What you need to do: Would you restate the data exactly as given?

------ Supplied records ------

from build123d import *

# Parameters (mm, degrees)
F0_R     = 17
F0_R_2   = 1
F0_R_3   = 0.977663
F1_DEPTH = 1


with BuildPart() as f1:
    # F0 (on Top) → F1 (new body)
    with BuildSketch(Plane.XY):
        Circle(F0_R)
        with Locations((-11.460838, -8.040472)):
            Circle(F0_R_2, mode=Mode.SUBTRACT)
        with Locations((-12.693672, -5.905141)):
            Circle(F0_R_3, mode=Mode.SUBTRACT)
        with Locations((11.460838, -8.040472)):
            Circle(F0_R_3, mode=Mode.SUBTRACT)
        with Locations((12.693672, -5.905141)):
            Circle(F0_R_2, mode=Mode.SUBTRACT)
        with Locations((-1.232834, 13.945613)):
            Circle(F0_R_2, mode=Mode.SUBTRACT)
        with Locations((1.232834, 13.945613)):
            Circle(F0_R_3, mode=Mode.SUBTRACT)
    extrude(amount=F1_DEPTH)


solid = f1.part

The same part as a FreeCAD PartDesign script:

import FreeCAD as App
import Part
import Sketcher

doc = App.newDocument("Part")
body = doc.addObject("PartDesign::Body", "Body")

# Sketch on XY plane
sketch1 = doc.addObject("Sketcher::SketchObject", "Sketch")
body.addObject(sketch1)
sketch1.AttachmentSupport = (doc.XY_Plane, [""])
sketch1.MapMode = "FlatFace"
sketch1.addGeometry([
    Part.Circle(App.Vector(0, 0, 0), App.Vector(0, 0, 1), 17),  # 0
    Part.Circle(App.Vector(-11.5, -8, 0), App.Vector(0, 0, 1), 1),  # 1
    Part.Circle(App.Vector(-12.7, -5.9, 0), App.Vector(0, 0, 1), 1),  # 2
    Part.Circle(App.Vector(11.5, -8, 0), App.Vector(0, 0, 1), 1),  # 3
    Part.Circle(App.Vector(12.7, -5.9, 0), App.Vector(0, 0, 1), 1),  # 4
    Part.Circle(App.Vector(-1.2, 13.9, 0), App.Vector(0, 0, 1), 1),  # 5
    Part.Circle(App.Vector(1.2, 13.9, 0), App.Vector(0, 0, 1), 1),  # 6
], False)
sketch1.addConstraint([
    Sketcher.Constraint("Coincident", 0, 3, -1, 1),
    Sketcher.Constraint("Equal", 2, 3),
    Sketcher.Constraint("Equal", 1, 4),
    Sketcher.Constraint("Equal", 4, 5),
    Sketcher.Constraint("Equal", 3, 6),
    Sketcher.Constraint("Symmetric", 1, 3, 3, 3, -2),
    Sketcher.Constraint("Symmetric", 2, 3, 4, 3, -2),
    Sketcher.Constraint("Symmetric", 5, 3, 6, 3, -2),
    Sketcher.Constraint("Diameter", 0, 34.0),
    Sketcher.Constraint("Diameter", 1, 2.0),
    Sketcher.Constraint("Diameter", 2, 1.955326),
    Sketcher.Constraint("DistanceX", 1, 3, -1, 1, 11.460838),
    Sketcher.Constraint("DistanceY", 2, 3, -1, 1, 5.905141),
    Sketcher.Constraint("DistanceY", 1, 3, 2, 3, 2.135331),
    Sketcher.Constraint("DistanceX", 2, 3, 3, 3, 24.15451),
    Sketcher.Constraint("DistanceX", 5, 3, 6, 3, 2.465668),
    Sketcher.Constraint("DistanceY", -1, 1, 5, 3, 13.945613),
])
pad1 = doc.addObject("PartDesign::Pad", "Pad")
body.addObject(pad1)
pad1.Profile = sketch1
pad1.Length = 1

doc.recompute()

------

Result below:
from build123d import *

# Parameters (mm, degrees)
F0_R     = 17
F0_R_2   = 1
F0_R_3   = 0.977663
F1_DEPTH = 1


with BuildPart() as f1:
    # F0 (on Top) → F1 (new body)
    with BuildSketch(Plane.XY):
        Circle(F0_R)
        with Locations((-11.460838, -8.040472)):
            Circle(F0_R_2, mode=Mode.SUBTRACT)
        with Locations((-12.693672, -5.905141)):
            Circle(F0_R_3, mode=Mode.SUBTRACT)
        with Locations((11.460838, -8.040472)):
            Circle(F0_R_3, mode=Mode.SUBTRACT)
        with Locations((12.693672, -5.905141)):
            Circle(F0_R_2, mode=Mode.SUBTRACT)
        with Locations((-1.232834, 13.945613)):
            Circle(F0_R_2, mode=Mode.SUBTRACT)
        with Locations((1.232834, 13.945613)):
            Circle(F0_R_3, mode=Mode.SUBTRACT)
    extrude(amount=F1_DEPTH)


solid = f1.part

The same part as a FreeCAD PartDesign script:

import FreeCAD as App
import Part
import Sketcher

doc = App.newDocument("Part")
body = doc.addObject("PartDesign::Body", "Body")

# Sketch on XY plane
sketch1 = doc.addObject("Sketcher::SketchObject", "Sketch")
body.addObject(sketch1)
sketch1.AttachmentSupport = (doc.XY_Plane, [""])
sketch1.MapMode = "FlatFace"
sketch1.addGeometry([
    Part.Circle(App.Vector(0, 0, 0), App.Vector(0, 0, 1), 17),  # 0
    Part.Circle(App.Vector(-11.5, -8, 0), App.Vector(0, 0, 1), 1),  # 1
    Part.Circle(App.Vector(-12.7, -5.9, 0), App.Vector(0, 0, 1), 1),  # 2
    Part.Circle(App.Vector(11.5, -8, 0), App.Vector(0, 0, 1), 1),  # 3
    Part.Circle(App.Vector(12.7, -5.9, 0), App.Vector(0, 0, 1), 1),  # 4
    Part.Circle(App.Vector(-1.2, 13.9, 0), App.Vector(0, 0, 1), 1),  # 5
    Part.Circle(App.Vector(1.2, 13.9, 0), App.Vector(0, 0, 1), 1),  # 6
], False)
sketch1.addConstraint([
    Sketcher.Constraint("Coincident", 0, 3, -1, 1),
    Sketcher.Constraint("Equal", 2, 3),
    Sketcher.Constraint("Equal", 1, 4),
    Sketcher.Constraint("Equal", 4, 5),
    Sketcher.Constraint("Equal", 3, 6),
    Sketcher.Constraint("Symmetric", 1, 3, 3, 3, -2),
    Sketcher.Constraint("Symmetric", 2, 3, 4, 3, -2),
    Sketcher.Constraint("Symmetric", 5, 3, 6, 3, -2),
    Sketcher.Constraint("Diameter", 0, 34.0),
    Sketcher.Constraint("Diameter", 1, 2.0),
    Sketcher.Constraint("Diameter", 2, 1.955326),
    Sketcher.Constraint("DistanceX", 1, 3, -1, 1, 11.460838),
    Sketcher.Constraint("DistanceY", 2, 3, -1, 1, 5.905141),
    Sketcher.Constraint("DistanceY", 1, 3, 2, 3, 2.135331),
    Sketcher.Constraint("DistanceX", 2, 3, 3, 3, 24.15451),
    Sketcher.Constraint("DistanceX", 5, 3, 6, 3, 2.465668),
    Sketcher.Constraint("DistanceY", -1, 1, 5, 3, 13.945613),
])
pad1 = doc.addObject("PartDesign::Pad", "Pad")
body.addObject(pad1)
pad1.Profile = sketch1
pad1.Length = 1

doc.recompute()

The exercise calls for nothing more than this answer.